(Bloomberg) -- It’s your move, Senate Democrats.
That’s the word from House Financial Service Committee Chairman Jeb Hensarling on a standoff over a sweeping rollback of bank regulations put in place after the 2008 credit crisis. The Texas Republican has outlined more than two dozen House bills -- many of them bipartisan -- that he wants added to Senate-passed legislation that would amend the 2010 Dodd-Frank Act. He indicated Thursday that he’d be willing to pass the Senate bill as long as moderate Democrats find another way to meet his demands.
“Work with the House to give us a pathway to get these bills done,” Hensarling urged Democrats in comments to reporters after speaking at a U.S. Chamber of Commerce event. “If you guys have a little free time this afternoon, I would encourage you to find these moderate Democrats and ask them that question."

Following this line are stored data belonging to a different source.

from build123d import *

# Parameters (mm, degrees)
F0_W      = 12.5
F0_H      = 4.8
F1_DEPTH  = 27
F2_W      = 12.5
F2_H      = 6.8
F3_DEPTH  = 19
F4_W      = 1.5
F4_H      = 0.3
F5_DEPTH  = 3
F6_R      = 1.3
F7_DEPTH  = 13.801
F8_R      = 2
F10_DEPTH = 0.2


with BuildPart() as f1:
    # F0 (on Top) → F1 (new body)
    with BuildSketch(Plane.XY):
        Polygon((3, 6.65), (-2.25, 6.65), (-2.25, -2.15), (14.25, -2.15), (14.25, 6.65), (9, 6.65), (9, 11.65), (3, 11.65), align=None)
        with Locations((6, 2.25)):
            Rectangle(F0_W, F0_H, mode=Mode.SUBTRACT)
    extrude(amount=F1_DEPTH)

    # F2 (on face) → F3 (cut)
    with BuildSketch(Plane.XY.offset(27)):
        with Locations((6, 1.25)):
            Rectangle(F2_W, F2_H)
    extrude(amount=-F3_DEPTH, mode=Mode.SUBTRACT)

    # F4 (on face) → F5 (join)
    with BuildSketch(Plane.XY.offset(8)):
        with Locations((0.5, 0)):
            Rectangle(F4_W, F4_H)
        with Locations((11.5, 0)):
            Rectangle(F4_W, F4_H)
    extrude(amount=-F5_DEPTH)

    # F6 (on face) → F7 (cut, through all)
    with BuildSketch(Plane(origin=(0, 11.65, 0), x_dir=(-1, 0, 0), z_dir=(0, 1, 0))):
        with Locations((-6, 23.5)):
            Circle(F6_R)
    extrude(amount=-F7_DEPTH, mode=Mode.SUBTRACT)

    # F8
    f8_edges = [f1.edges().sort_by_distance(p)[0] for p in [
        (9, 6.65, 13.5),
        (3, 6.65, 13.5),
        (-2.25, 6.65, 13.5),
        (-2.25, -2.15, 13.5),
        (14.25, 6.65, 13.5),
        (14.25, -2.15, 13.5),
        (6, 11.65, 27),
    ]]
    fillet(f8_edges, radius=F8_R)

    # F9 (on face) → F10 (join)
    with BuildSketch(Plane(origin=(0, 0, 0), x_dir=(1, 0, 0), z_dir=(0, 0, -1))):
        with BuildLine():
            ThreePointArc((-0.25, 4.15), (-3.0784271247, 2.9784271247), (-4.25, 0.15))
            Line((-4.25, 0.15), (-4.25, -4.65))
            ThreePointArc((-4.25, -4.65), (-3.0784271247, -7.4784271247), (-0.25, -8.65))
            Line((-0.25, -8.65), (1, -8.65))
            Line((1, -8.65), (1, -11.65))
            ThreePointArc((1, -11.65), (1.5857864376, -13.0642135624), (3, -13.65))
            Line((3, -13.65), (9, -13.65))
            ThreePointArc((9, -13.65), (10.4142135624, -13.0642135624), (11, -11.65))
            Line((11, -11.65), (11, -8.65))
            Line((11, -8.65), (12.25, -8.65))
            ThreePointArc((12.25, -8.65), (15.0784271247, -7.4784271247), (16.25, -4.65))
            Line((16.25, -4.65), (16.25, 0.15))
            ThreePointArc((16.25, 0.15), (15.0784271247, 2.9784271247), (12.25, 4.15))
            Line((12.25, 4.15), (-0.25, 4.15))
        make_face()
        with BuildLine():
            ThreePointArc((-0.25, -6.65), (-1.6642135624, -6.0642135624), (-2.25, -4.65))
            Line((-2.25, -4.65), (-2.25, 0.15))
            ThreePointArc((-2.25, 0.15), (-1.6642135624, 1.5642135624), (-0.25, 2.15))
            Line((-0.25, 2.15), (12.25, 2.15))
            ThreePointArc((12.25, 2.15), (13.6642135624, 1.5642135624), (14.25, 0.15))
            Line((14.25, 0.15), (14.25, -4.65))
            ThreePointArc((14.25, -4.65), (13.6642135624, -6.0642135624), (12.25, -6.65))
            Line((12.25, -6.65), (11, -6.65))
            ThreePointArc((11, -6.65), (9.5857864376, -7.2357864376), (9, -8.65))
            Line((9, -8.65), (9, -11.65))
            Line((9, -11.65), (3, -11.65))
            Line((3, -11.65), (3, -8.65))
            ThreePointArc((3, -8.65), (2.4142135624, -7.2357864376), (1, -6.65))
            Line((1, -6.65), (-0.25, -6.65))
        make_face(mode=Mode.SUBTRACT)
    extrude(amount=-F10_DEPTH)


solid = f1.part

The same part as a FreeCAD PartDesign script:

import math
import FreeCAD as App
import Part
import Sketcher
from FreeCAD import Vector


def edges_at(feature, points):
    """Names of the edges that pass closest to the given points."""
    edges = feature.Shape.Edges
    near = lambda p: min(range(len(edges)), key=lambda i: edges[i].distToShape(Part.Vertex(*p))[0])
    return sorted({f"Edge{near(p) + 1}" for p in points})

doc = App.newDocument("Part")
params = doc.addObject("Spreadsheet::Sheet", "Params")
for row, (alias, value) in enumerate([
    ("sketch1_width", "6 mm"),
    ("sketch1_height", "5 mm"),
    ("sketch1_width2", "16.5 mm"),
    ("sketch1_width3", "12.5 mm"),
    ("sketch1_height2", "8.8 mm"),
    ("pad1_length", "27 mm"),
    ("sketch2_width", "12.5 mm"),
    ("sketch2_height", "6.8 mm"),
    ("pocket1_length", "19 mm"),
    ("sketch3_width", "1.5 mm"),
    ("sketch3_height", "0.3 mm"),
    ("pad2_length", "3 mm"),
    ("sketch4_diameter", "2.6 mm"),
    ("fillet_radius", "2 mm"),
    ("sketch5_radius", "4 mm"),
    ("sketch5_width", "6 mm"),
    ("sketch5_height", "3 mm"),
    ("sketch5_width2", "12.5 mm"),
    ("sketch5_height2", "4.8 mm"),
    ("pad3_length", "0.2 mm"),
], start=1):
    params.set(f"A{row}", alias)
    params.set(f"B{row}", "=" + value)
    params.setAlias(f"B{row}", alias)

body = doc.addObject("PartDesign::Body", "Body")

sketch1 = doc.addObject("Sketcher::SketchObject", "Sketch")
body.addObject(sketch1)
sketch1.AttachmentSupport = (doc.XY_Plane, [""])
sketch1.MapMode = "FlatFace"
sketch1.addGeometry([
    Part.LineSegment(Vector(3, 6.65, 0), Vector(-2.25, 6.65, 0)),
    Part.LineSegment(Vector(-2.25, 6.65, 0), Vector(-2.25, -2.15, 0)),
    Part.LineSegment(Vector(-2.25, -2.15, 0), Vector(14.25, -2.15, 0)),
    Part.LineSegment(Vector(14.25, -2.15, 0), Vector(14.25, 6.65, 0)),
    Part.LineSegment(Vector(14.25, 6.65, 0), Vector(9, 6.65, 0)),
    Part.LineSegment(Vector(9, 6.65, 0), Vector(9, 11.65, 0)),
    Part.LineSegment(Vector(9, 11.65, 0), Vector(3, 11.65, 0)),
    Part.LineSegment(Vector(3, 11.65, 0), Vector(3, 6.65, 0)),
    Part.LineSegment(Vector(12.25, -0.15, 0), Vector(-0.25, -0.15, 0)),
    Part.LineSegment(Vector(-0.25, -0.15, 0), Vector(-0.25, 4.65, 0)),
    Part.LineSegment(Vector(-0.25, 4.65, 0), Vector(12.25, 4.65, 0)),
    Part.LineSegment(Vector(12.25, 4.65, 0), Vector(12.25, -0.15, 0)),
], False)
sketch1.addConstraint([
    Sketcher.Constraint("Coincident", 0, 2, 1, 1),
    Sketcher.Constraint("Coincident", 1, 2, 2, 1),
    Sketcher.Constraint("Coincident", 2, 2, 3, 1),
    Sketcher.Constraint("Coincident", 3, 2, 4, 1),
    Sketcher.Constraint("Coincident", 4, 2, 5, 1),
    Sketcher.Constraint("Coincident", 5, 2, 6, 1),
    Sketcher.Constraint("Coincident", 6, 2, 7, 1),
    Sketcher.Constraint("Coincident", 7, 2, 0, 1),
    Sketcher.Constraint("Coincident", 8, 2, 9, 1),
    Sketcher.Constraint("Coincident", 9, 2, 10, 1),
    Sketcher.Constraint("Coincident", 10, 2, 11, 1),
    Sketcher.Constraint("Coincident", 11, 2, 8, 1),
    Sketcher.Constraint("Horizontal", 0),
    Sketcher.Constraint("Vertical", 1),
    Sketcher.Constraint("Horizontal", 2),
    Sketcher.Constraint("Vertical", 3),
    Sketcher.Constraint("Horizontal", 4),
    Sketcher.Constraint("Vertical", 5),
    Sketcher.Constraint("Horizontal", 6),
    Sketcher.Constraint("Vertical", 7),
    Sketcher.Constraint("Horizontal", 8),
    Sketcher.Constraint("Vertical", 9),
    Sketcher.Constraint("Horizontal", 10),
    Sketcher.Constraint("Vertical", 11),
    Sketcher.Constraint("Horizontal", 0, 2, 3, 2),
    Sketcher.Constraint("Equal", 0, 4),
    Sketcher.Constraint("DistanceX", 6, 2, 6, 1, 6.0),
    Sketcher.Constraint("DistanceY", 5, 1, 5, 2, 5.0),
    Sketcher.Constraint("DistanceX", 2, 1, 2, 2, 16.5),
    Sketcher.Constraint("DistanceX", 8, 2, 8, 1, 12.5),
    Sketcher.Constraint("DistanceY", 1, 2, 1, 1, 8.8),
    Sketcher.Constraint("DistanceY", 9, 1, 9, 2, 4.8),
    Sketcher.Constraint("DistanceX", -1, 1, 4, 2, 9.0),
    Sketcher.Constraint("DistanceX", 1, 2, 8, 2, 2.0),
    Sketcher.Constraint("DistanceY", 1, 2, 8, 2, 2.0),
    Sketcher.Constraint("DistanceY", -1, 1, 0, 2, 6.65),
])
sketch1.setExpression("Constraints[26]", "Params.sketch1_width")
sketch1.setExpression("Constraints[27]", "Params.sketch1_height")
sketch1.setExpression("Constraints[28]", "Params.sketch1_width2")
sketch1.setExpression("Constraints[29]", "Params.sketch1_width3")
sketch1.setExpression("Constraints[30]", "Params.sketch1_height2")
pad1 = doc.addObject("PartDesign::Pad", "Pad")
body.addObject(pad1)
pad1.Profile = sketch1
pad1.setExpression("Length", "Params.pad1_length")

The Senate legislation bill cosponsored by Democrats including Virginia’s Mark Warner, North Dakota’s Heidi Heitkamp and Montana’s Jon Tester is largely aimed at giving small and regional banks a reprieve from regulations put in place after the crisis, including raising the threshold for banks to face additional oversight tied to being deemed “too big to fail.”
Democrats who supported the bill, facing backlash from progressive colleagues including Elizabeth Warren, have said they will walk away from negotiations if the House demands big changes.
Hensarling, who will be retiring from Congress at the end of this year, said at the chamber event that his ego is “small by Washington standards” and that one of the only legacies he wants to leave is a permanent clock tracking the U.S. national debt in the Financial Services Committee room.
That request was rejected, he said, and he’ll have to settle for a portrait instead.